BRIEF - Within the records below is a range that opens at the line with "#30=AXIS2_PLACEMENT_3D('',#29,#16,#17);" and closes at the line with "#71=CIRCLE('',#42,10.25);". Return that range word for word, both ends included, and only that range.

Collected data
····················

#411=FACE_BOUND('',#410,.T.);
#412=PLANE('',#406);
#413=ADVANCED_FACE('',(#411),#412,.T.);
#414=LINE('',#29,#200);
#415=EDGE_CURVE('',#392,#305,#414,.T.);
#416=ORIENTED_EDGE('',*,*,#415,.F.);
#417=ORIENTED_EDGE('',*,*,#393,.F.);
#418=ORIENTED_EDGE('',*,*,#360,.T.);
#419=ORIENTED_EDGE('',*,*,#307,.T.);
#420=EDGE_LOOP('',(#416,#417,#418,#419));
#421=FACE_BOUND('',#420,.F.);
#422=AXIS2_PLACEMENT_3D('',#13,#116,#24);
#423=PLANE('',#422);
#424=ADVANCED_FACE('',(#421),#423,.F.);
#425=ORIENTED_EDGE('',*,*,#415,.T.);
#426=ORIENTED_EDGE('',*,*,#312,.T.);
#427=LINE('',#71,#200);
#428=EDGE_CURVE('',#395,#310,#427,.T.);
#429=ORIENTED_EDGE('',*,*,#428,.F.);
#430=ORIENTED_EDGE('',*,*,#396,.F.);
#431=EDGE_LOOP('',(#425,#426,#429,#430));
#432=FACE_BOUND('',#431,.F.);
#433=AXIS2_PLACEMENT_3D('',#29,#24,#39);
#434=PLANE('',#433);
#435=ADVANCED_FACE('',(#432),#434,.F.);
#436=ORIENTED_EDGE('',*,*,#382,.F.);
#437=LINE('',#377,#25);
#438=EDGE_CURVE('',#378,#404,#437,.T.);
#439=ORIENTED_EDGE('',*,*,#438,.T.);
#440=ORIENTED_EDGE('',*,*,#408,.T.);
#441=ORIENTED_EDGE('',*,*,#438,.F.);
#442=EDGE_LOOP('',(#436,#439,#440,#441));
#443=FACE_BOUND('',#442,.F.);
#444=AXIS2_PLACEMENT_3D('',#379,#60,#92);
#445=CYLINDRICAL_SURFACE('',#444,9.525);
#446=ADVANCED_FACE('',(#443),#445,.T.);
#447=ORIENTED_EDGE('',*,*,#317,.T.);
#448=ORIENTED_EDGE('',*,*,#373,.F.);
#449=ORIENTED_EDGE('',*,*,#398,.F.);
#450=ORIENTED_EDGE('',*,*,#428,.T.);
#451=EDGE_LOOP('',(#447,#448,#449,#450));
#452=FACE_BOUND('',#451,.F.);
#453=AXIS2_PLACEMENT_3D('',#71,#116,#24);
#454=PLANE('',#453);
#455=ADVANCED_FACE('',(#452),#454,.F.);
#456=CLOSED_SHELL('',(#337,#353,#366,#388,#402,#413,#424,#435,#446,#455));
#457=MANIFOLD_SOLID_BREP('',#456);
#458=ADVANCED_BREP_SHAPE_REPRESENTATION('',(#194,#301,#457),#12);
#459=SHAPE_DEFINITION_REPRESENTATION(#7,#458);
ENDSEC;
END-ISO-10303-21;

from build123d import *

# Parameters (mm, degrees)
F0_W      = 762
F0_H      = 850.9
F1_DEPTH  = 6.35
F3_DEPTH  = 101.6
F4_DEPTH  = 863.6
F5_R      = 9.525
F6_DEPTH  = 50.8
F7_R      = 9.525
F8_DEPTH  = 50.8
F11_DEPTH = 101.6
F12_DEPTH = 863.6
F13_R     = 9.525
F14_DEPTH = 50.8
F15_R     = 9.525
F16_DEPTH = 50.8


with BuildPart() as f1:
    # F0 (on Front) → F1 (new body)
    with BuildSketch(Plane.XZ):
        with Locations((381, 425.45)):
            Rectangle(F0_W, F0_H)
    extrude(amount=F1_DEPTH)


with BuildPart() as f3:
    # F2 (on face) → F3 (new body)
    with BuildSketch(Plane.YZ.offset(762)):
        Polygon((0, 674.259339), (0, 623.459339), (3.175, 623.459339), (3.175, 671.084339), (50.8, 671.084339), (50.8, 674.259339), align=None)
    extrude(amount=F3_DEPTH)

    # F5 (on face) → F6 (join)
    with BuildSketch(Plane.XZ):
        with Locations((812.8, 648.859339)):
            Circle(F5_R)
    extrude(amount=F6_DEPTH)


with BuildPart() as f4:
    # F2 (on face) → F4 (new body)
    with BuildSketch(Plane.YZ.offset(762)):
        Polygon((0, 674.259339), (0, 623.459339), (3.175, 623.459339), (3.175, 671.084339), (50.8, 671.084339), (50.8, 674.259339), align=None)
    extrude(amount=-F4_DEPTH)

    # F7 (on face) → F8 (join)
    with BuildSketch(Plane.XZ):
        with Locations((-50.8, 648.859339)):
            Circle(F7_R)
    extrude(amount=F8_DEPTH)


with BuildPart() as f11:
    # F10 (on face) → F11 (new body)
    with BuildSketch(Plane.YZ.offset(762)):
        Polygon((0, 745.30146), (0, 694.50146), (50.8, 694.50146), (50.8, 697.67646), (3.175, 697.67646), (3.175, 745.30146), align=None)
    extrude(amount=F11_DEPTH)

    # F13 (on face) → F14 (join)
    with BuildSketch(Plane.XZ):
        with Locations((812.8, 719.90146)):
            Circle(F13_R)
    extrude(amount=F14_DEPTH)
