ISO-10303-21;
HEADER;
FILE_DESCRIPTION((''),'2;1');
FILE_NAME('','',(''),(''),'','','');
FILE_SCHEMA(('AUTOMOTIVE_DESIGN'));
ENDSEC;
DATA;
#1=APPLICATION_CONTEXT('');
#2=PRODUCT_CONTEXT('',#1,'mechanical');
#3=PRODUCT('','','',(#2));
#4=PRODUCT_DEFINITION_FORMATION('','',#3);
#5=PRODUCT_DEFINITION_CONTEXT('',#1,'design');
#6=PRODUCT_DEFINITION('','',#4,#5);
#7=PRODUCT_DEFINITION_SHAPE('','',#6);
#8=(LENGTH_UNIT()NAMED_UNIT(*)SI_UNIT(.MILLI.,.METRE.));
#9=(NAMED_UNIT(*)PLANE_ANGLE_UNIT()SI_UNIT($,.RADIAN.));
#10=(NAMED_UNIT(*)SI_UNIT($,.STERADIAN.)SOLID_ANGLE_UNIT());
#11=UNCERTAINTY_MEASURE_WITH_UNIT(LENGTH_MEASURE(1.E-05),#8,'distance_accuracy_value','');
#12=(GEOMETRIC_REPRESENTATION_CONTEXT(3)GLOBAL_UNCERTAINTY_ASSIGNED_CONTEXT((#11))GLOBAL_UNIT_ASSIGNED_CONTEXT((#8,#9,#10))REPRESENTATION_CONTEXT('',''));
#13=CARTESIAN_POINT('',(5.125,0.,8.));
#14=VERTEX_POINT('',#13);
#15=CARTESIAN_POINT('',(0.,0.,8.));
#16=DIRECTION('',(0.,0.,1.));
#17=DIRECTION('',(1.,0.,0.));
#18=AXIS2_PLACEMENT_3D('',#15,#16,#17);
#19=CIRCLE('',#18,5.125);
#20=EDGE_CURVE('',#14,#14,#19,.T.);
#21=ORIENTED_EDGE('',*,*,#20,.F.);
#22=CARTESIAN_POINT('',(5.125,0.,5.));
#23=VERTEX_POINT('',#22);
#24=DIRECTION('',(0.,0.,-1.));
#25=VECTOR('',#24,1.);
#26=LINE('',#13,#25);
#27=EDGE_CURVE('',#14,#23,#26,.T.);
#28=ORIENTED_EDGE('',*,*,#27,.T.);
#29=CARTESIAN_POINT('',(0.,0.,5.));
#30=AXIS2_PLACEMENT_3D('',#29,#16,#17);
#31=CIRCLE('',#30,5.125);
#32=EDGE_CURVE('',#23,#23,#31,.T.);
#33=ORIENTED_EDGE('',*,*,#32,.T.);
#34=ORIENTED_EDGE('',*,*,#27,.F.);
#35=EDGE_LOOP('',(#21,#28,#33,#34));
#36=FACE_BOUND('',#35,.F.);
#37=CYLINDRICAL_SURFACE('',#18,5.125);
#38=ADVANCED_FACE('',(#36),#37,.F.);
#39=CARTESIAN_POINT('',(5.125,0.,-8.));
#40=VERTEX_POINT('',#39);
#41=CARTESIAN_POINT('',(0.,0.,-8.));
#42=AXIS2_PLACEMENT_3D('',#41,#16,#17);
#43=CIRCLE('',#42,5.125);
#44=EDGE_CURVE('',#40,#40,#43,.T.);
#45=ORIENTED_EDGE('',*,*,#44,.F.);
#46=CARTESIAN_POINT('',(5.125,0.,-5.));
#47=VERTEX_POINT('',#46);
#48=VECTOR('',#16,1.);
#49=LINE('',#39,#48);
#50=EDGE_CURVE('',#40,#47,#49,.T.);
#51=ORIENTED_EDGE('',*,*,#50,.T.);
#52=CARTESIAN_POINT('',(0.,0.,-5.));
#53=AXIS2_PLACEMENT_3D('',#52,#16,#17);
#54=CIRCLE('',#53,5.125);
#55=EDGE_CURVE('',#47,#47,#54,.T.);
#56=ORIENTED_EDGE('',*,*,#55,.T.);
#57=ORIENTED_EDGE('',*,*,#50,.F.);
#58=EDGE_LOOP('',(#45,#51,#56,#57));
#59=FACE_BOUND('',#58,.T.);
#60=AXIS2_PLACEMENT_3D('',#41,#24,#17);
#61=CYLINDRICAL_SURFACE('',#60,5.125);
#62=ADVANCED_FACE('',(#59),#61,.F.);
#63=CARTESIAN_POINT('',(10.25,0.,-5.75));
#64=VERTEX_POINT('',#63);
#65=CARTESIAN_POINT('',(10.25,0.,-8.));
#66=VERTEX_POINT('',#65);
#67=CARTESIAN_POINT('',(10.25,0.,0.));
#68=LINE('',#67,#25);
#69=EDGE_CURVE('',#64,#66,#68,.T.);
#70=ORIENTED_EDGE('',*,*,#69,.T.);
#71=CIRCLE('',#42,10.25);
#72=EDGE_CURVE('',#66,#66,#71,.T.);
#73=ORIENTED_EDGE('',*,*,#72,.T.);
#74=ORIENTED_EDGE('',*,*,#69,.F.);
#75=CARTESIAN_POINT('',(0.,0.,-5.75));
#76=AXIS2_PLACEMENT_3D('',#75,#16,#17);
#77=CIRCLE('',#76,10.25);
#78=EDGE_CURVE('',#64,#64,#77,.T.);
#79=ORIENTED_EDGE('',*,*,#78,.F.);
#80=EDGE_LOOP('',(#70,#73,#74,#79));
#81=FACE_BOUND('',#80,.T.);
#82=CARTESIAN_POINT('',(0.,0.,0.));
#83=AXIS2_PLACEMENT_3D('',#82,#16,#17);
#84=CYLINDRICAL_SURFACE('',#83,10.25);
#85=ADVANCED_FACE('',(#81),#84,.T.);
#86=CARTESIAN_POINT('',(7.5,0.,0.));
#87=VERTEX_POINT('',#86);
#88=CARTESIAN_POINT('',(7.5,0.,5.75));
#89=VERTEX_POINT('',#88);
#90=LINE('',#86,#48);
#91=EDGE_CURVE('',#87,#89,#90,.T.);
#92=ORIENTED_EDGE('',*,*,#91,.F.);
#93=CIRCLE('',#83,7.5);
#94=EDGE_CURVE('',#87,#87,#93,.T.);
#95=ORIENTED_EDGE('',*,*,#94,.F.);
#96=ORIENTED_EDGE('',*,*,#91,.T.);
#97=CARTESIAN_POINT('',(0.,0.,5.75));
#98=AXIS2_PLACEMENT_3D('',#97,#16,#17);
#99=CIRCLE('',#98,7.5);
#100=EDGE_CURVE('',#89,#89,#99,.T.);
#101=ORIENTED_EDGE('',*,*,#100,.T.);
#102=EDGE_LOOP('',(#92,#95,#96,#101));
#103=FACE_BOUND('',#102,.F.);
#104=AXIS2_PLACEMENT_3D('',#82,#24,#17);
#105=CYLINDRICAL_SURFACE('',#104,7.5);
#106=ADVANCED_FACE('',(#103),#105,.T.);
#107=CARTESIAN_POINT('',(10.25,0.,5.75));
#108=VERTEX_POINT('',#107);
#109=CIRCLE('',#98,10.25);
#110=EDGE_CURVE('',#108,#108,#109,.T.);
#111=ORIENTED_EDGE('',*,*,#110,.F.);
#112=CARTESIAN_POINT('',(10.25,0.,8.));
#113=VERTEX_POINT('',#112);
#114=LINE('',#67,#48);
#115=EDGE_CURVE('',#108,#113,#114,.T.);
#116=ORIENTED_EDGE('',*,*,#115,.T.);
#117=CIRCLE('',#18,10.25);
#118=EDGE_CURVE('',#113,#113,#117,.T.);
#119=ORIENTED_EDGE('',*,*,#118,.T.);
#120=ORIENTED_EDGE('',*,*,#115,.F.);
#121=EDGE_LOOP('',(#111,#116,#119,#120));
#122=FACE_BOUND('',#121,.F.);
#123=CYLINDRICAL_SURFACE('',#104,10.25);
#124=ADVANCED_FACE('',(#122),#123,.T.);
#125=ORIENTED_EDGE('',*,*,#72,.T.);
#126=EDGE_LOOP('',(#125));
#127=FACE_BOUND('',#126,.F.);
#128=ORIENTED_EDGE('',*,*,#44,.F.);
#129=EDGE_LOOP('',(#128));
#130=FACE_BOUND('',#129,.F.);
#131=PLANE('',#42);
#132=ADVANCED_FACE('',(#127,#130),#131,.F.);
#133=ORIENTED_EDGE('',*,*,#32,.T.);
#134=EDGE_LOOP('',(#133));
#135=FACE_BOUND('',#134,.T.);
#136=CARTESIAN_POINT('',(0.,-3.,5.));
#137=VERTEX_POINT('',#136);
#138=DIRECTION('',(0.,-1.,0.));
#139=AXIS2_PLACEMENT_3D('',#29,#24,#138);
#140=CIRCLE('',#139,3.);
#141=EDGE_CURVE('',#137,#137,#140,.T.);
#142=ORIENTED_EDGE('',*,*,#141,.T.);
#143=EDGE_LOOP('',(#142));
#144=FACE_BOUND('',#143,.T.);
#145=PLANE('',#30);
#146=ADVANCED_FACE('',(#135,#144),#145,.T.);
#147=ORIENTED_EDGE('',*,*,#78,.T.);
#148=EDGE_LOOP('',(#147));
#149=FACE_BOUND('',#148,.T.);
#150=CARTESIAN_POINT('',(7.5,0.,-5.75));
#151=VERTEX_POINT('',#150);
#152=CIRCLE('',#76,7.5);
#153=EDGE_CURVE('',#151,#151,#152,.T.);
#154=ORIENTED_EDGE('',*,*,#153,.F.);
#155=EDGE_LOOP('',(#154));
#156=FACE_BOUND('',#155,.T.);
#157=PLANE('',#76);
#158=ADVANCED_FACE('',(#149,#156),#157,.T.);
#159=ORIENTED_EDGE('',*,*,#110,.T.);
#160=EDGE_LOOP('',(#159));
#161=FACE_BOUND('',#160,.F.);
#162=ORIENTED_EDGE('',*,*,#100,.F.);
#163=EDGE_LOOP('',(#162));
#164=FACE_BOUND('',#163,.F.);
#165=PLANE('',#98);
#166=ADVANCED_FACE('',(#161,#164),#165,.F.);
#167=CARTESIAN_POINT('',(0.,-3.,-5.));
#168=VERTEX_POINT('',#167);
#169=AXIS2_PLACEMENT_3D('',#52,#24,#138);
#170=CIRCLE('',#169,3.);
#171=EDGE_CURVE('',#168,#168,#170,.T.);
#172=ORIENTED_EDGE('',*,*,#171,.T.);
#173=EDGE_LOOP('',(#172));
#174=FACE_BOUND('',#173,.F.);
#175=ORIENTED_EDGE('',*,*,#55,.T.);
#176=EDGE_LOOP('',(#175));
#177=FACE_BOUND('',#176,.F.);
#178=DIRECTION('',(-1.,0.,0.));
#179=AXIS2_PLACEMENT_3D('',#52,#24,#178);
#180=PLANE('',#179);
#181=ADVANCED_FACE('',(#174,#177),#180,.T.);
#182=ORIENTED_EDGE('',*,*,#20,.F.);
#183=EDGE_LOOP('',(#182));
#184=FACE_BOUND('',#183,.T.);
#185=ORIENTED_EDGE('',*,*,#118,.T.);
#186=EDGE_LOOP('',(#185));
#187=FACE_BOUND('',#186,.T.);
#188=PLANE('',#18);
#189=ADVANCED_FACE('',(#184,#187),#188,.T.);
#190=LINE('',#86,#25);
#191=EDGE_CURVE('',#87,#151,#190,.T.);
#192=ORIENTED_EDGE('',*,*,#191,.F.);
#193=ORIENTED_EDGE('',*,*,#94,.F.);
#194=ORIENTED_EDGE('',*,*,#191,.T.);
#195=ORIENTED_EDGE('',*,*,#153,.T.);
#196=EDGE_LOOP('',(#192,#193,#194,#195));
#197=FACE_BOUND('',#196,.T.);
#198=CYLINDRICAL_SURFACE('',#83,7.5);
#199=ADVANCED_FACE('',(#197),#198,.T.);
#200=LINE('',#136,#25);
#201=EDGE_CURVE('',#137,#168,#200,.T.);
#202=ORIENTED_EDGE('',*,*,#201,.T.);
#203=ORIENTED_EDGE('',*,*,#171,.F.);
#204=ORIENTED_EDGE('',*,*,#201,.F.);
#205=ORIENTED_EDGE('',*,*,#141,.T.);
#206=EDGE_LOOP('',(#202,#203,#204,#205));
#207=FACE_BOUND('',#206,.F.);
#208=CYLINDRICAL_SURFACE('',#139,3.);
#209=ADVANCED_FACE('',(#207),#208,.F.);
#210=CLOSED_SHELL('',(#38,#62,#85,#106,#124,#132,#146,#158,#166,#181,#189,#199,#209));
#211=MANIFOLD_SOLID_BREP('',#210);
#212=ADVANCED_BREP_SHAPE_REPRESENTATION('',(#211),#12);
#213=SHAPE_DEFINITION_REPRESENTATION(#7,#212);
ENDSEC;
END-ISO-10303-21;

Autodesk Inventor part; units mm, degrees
ref_plane "YZ Plane" through (0, 0, 0) normal (1, 0, 0) x (0, 1, 0)
ref_plane "XZ Plane" through (0, 0, 0) normal (0, 1, 0) x (-1, 0, 0)
ref_plane "XY Plane" through (0, 0, 0) normal (0, 0, 1) x (1, 0, 0)
sketch "Base" plane through (0, 0, 0) normal (0, 0, 1) x (1, 0, 0)
  circle A0 centre (0, 0) radius 10.25
  dimension "d0" = 20.5
extrude "BaseFeature" add sketch "Base" along normal mid plane 16
sketch "Ridges" plane through (0, 0, 0) normal (0, 0, 1) x (1, 0, 0)
  circle A0 centre (0, 0) radius 10.25 projected
  circle A1 centre (0, 0) radius 7.5
  dimension "d3" = 15
extrude "RidgesFeature" cut sketch "Ridges" along normal mid plane 11.5
sketch "Countersink" plane through (0, 0, 8) normal (0, 0, 1) x (1, 0, 0)
  circle A0 centre (0, 0) radius 5.125
  dimension "d6" = 10.25
extrude "CountersinkFeature" cut sketch "Countersink" against normal blind 3
mirror "CountersinkMirrorFeature" about plane through (0, 0, 0) normal (0, 0, 1) of "CountersinkFeature"
sketch "MountHole" plane through (0, 0, 5) normal (0, 0, 1) x (1, 0, 0)
  point P0 (0, 0)
hole "MountHoleFeature" at (0, 0, 5) direction (0, 0, -1) diameter 6 end through all
properties part number "LegChainTensionerBlock"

····················

PROBLEM SOLUTION -
#30=AXIS2_PLACEMENT_3D('',#29,#16,#17);
#31=CIRCLE('',#30,5.125);
#32=EDGE_CURVE('',#23,#23,#31,.T.);
#33=ORIENTED_EDGE('',*,*,#32,.T.);
#34=ORIENTED_EDGE('',*,*,#27,.F.);
#35=EDGE_LOOP('',(#21,#28,#33,#34));
#36=FACE_BOUND('',#35,.F.);
#37=CYLINDRICAL_SURFACE('',#18,5.125);
#38=ADVANCED_FACE('',(#36),#37,.F.);
#39=CARTESIAN_POINT('',(5.125,0.,-8.));
#40=VERTEX_POINT('',#39);
#41=CARTESIAN_POINT('',(0.,0.,-8.));
#42=AXIS2_PLACEMENT_3D('',#41,#16,#17);
#43=CIRCLE('',#42,5.125);
#44=EDGE_CURVE('',#40,#40,#43,.T.);
#45=ORIENTED_EDGE('',*,*,#44,.F.);
#46=CARTESIAN_POINT('',(5.125,0.,-5.));
#47=VERTEX_POINT('',#46);
#48=VECTOR('',#16,1.);
#49=LINE('',#39,#48);
#50=EDGE_CURVE('',#40,#47,#49,.T.);
#51=ORIENTED_EDGE('',*,*,#50,.T.);
#52=CARTESIAN_POINT('',(0.,0.,-5.));
#53=AXIS2_PLACEMENT_3D('',#52,#16,#17);
#54=CIRCLE('',#53,5.125);
#55=EDGE_CURVE('',#47,#47,#54,.T.);
#56=ORIENTED_EDGE('',*,*,#55,.T.);
#57=ORIENTED_EDGE('',*,*,#50,.F.);
#58=EDGE_LOOP('',(#45,#51,#56,#57));
#59=FACE_BOUND('',#58,.T.);
#60=AXIS2_PLACEMENT_3D('',#41,#24,#17);
#61=CYLINDRICAL_SURFACE('',#60,5.125);
#62=ADVANCED_FACE('',(#59),#61,.F.);
#63=CARTESIAN_POINT('',(10.25,0.,-5.75));
#64=VERTEX_POINT('',#63);
#65=CARTESIAN_POINT('',(10.25,0.,-8.));
#66=VERTEX_POINT('',#65);
#67=CARTESIAN_POINT('',(10.25,0.,0.));
#68=LINE('',#67,#25);
#69=EDGE_CURVE('',#64,#66,#68,.T.);
#70=ORIENTED_EDGE('',*,*,#69,.T.);
#71=CIRCLE('',#42,10.25);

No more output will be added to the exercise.